The AWS Lambda bit is a really interesting backend choice. Lambda only
supports NodeJS, Python and Java out of the box. But thanks to the awesome
toolchain, it's trivial to compile a golang binary and stuff it in the Lambda
execution environment.

It's architecture is simple and extremely powerful [3].
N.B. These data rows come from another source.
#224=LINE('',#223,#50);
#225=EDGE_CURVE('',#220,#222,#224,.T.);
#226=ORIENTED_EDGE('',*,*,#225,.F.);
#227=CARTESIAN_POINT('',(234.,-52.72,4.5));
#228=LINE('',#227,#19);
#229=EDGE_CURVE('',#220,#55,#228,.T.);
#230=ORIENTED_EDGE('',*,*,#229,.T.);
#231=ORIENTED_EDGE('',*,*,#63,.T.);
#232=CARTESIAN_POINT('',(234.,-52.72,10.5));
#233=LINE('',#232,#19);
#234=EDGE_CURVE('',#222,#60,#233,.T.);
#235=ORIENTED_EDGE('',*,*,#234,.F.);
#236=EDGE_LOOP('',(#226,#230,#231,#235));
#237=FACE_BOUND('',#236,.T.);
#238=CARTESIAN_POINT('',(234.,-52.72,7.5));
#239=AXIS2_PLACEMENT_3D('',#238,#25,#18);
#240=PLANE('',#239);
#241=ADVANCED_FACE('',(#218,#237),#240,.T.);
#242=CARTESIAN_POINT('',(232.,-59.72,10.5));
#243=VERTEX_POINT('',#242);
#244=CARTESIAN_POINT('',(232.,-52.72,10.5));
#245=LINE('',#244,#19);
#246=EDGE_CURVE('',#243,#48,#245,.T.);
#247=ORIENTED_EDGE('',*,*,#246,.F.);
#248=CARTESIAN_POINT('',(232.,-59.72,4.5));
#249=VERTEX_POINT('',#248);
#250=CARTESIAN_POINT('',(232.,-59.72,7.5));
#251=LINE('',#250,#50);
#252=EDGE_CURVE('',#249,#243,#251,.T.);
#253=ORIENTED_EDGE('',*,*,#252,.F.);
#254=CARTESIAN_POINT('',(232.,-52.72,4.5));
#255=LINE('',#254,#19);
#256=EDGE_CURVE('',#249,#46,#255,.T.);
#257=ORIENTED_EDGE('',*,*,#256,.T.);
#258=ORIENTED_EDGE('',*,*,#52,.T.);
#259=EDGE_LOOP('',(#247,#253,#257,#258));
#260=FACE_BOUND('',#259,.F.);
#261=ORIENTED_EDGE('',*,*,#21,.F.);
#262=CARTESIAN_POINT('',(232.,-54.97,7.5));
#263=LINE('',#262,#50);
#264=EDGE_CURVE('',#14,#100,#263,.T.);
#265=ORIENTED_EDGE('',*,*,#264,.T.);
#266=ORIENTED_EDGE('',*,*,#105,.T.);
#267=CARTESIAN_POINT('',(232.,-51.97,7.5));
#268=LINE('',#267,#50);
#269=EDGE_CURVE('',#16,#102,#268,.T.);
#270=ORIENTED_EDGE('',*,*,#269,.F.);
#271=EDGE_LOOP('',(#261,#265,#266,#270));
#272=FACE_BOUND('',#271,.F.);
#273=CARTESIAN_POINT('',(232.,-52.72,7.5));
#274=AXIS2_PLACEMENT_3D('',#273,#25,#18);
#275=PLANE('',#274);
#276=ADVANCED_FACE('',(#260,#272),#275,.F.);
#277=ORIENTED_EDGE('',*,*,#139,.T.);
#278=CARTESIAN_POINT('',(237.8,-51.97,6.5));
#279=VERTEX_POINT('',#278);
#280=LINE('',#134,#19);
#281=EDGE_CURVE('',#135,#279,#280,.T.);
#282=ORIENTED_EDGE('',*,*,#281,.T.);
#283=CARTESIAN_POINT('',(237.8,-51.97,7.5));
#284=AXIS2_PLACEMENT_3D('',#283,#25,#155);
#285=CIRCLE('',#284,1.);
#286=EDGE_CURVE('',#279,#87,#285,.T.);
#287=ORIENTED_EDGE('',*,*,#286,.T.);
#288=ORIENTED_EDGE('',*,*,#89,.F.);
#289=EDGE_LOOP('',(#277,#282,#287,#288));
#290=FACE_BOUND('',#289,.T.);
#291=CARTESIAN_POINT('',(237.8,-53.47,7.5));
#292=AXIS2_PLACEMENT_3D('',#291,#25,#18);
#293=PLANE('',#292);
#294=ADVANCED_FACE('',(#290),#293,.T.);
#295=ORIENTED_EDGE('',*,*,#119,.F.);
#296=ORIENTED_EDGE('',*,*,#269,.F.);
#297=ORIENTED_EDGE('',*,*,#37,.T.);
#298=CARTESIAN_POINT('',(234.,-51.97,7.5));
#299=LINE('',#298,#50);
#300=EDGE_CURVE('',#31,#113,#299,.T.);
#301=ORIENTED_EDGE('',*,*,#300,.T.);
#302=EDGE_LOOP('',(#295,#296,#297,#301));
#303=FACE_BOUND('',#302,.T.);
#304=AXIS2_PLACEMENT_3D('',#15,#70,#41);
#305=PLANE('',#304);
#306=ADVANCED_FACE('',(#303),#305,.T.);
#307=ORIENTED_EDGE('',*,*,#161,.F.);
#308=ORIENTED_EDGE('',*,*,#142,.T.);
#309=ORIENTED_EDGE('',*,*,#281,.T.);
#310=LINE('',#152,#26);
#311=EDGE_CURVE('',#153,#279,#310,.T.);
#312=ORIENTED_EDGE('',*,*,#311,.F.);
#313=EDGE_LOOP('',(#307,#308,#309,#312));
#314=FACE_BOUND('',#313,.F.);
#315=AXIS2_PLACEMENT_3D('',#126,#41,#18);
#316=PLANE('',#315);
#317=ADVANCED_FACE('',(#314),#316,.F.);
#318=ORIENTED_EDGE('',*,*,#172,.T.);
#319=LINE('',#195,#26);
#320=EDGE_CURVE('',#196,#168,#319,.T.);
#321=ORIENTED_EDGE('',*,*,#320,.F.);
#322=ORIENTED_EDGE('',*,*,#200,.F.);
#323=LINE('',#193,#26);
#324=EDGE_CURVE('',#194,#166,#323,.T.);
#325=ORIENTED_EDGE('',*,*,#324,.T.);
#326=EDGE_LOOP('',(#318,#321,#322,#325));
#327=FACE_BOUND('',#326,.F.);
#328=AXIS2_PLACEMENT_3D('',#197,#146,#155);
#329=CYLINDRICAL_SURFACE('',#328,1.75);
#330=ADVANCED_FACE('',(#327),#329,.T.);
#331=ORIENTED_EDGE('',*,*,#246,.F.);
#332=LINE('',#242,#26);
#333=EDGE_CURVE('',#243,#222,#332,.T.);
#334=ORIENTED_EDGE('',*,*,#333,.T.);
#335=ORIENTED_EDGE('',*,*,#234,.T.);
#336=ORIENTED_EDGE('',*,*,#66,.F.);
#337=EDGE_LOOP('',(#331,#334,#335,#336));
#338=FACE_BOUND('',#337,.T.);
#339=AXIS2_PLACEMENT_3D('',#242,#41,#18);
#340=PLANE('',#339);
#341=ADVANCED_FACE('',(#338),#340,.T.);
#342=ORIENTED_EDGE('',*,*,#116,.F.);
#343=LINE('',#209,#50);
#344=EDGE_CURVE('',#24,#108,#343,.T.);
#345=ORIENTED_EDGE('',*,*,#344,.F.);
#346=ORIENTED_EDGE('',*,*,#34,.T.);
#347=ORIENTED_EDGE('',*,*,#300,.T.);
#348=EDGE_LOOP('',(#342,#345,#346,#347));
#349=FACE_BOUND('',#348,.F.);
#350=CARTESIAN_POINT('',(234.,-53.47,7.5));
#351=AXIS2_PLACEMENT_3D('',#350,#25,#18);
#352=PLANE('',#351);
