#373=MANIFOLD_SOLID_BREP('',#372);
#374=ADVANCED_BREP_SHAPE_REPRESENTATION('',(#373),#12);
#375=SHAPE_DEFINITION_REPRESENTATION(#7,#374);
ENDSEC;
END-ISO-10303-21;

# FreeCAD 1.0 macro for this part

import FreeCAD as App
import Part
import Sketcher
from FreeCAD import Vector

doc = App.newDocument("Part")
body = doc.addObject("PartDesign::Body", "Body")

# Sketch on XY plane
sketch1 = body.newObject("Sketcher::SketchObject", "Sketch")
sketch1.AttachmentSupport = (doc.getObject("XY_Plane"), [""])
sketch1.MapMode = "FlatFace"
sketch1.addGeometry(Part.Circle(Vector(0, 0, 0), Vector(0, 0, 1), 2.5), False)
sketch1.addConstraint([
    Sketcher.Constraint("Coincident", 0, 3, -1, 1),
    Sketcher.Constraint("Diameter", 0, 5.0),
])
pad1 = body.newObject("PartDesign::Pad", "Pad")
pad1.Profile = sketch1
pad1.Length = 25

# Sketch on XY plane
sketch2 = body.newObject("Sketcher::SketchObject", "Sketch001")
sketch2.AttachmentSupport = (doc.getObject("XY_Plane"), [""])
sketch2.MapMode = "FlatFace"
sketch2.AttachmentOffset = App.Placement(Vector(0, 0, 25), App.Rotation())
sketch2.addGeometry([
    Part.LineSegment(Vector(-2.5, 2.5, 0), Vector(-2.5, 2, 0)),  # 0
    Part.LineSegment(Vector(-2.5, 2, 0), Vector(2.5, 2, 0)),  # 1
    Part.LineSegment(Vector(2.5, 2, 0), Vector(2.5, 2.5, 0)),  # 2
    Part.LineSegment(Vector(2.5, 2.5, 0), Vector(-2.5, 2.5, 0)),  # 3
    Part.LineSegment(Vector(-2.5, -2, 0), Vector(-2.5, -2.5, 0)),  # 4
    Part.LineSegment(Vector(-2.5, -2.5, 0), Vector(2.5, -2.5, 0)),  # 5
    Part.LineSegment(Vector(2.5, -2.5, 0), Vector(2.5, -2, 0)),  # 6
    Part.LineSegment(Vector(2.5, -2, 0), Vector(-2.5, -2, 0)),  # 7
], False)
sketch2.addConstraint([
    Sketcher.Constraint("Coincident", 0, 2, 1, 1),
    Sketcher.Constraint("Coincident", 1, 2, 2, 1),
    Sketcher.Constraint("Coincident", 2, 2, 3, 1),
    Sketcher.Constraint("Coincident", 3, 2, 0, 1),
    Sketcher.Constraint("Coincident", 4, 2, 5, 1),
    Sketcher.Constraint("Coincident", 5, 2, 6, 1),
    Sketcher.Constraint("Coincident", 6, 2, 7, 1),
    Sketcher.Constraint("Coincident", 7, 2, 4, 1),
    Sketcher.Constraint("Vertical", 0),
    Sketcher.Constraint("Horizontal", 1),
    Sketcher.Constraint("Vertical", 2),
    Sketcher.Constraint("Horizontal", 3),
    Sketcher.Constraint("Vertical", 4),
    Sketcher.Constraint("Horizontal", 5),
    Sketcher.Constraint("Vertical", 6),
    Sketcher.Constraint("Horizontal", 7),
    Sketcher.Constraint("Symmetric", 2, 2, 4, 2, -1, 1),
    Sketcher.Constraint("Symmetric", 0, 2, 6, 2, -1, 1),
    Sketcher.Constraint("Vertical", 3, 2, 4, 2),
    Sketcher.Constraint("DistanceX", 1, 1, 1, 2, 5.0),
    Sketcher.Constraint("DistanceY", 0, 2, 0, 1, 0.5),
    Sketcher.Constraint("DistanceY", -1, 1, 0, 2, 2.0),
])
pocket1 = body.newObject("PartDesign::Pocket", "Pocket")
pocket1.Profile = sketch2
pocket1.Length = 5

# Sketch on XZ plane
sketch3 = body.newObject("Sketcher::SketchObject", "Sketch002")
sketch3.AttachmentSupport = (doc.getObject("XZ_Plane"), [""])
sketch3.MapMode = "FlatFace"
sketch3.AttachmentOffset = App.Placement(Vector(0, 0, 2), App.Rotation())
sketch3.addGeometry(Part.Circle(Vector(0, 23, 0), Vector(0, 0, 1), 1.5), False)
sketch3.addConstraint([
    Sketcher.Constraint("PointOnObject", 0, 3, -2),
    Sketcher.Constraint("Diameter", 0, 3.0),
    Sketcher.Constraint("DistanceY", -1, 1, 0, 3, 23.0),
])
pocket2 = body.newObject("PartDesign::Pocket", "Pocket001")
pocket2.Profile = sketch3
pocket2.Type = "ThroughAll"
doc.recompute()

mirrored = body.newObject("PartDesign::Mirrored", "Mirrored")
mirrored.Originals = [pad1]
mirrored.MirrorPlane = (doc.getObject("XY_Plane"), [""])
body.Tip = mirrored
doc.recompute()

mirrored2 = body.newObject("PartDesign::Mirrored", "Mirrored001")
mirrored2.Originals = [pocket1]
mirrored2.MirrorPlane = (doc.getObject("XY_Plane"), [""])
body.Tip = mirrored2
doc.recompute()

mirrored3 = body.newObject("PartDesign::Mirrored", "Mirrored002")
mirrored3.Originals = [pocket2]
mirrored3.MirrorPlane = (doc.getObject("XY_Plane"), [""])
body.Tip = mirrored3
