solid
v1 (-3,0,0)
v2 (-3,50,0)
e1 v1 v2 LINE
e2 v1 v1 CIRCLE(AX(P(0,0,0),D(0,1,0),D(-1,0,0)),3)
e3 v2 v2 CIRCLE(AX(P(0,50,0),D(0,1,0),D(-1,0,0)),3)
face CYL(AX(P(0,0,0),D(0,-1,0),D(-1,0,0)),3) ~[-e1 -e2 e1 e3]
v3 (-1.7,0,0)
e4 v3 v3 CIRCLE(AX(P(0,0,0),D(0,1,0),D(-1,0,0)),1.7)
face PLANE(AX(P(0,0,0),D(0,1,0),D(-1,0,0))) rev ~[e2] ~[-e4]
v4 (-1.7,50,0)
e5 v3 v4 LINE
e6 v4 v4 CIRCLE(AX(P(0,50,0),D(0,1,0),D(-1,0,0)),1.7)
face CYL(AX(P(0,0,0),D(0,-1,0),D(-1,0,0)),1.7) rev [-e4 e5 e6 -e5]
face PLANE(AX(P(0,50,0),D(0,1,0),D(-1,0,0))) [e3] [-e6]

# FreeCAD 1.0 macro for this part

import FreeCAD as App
import Part
import Sketcher
from FreeCAD import Vector
Q = App.Units.Quantity

doc = App.newDocument("Part")
body = doc.addObject("PartDesign::Body", "Body")

# Sketch on XZ plane
sketch1 = body.newObject("Sketcher::SketchObject", "Sketch")
sketch1.AttachmentSupport = (doc.getObject("XZ_Plane"), [""])
sketch1.MapMode = "FlatFace"
sketch1.addGeometry([
    Part.Circle(Vector(0, 0, 0), Vector(0, 0, 1), 3),
    Part.Circle(Vector(0, 0, 0), Vector(0, 0, 1), 1.7),
], False)
sketch1.addConstraint([
    Sketcher.Constraint("Coincident", 0, 3, -1, 1),
    Sketcher.Constraint("Coincident", 1, 3, -1, 1),
    Sketcher.Constraint("Diameter", 0, Q("6 mm")),
    Sketcher.Constraint("Diameter", 1, Q("3.4 mm")),
])
pad1 = body.newObject("PartDesign::Pad", "Pad")
pad1.Profile = sketch1
pad1.Length = 50
pad1.Reversed = True

doc.recompute()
[1] [https://golang.org/pkg/testing/#B](https://golang.org/pkg/testing/#B) [2]
[https://github.com/rakyll/boom](https://github.com/rakyll/boom) [3]
[https://goad.io/assets/diagram.2205b67cd43c5d0b9cb9698b88436...](https://goad.io/assets/diagram.2205b67cd43c5d0b9cb9698b88436524.svg)

------
vruiz
I saw MeshBird[1] on GitHub the other day and while I haven't tried it out yet
I really love the idea.

[1][https://github.com/meshbird/meshbird](https://github.com/meshbird/meshbird)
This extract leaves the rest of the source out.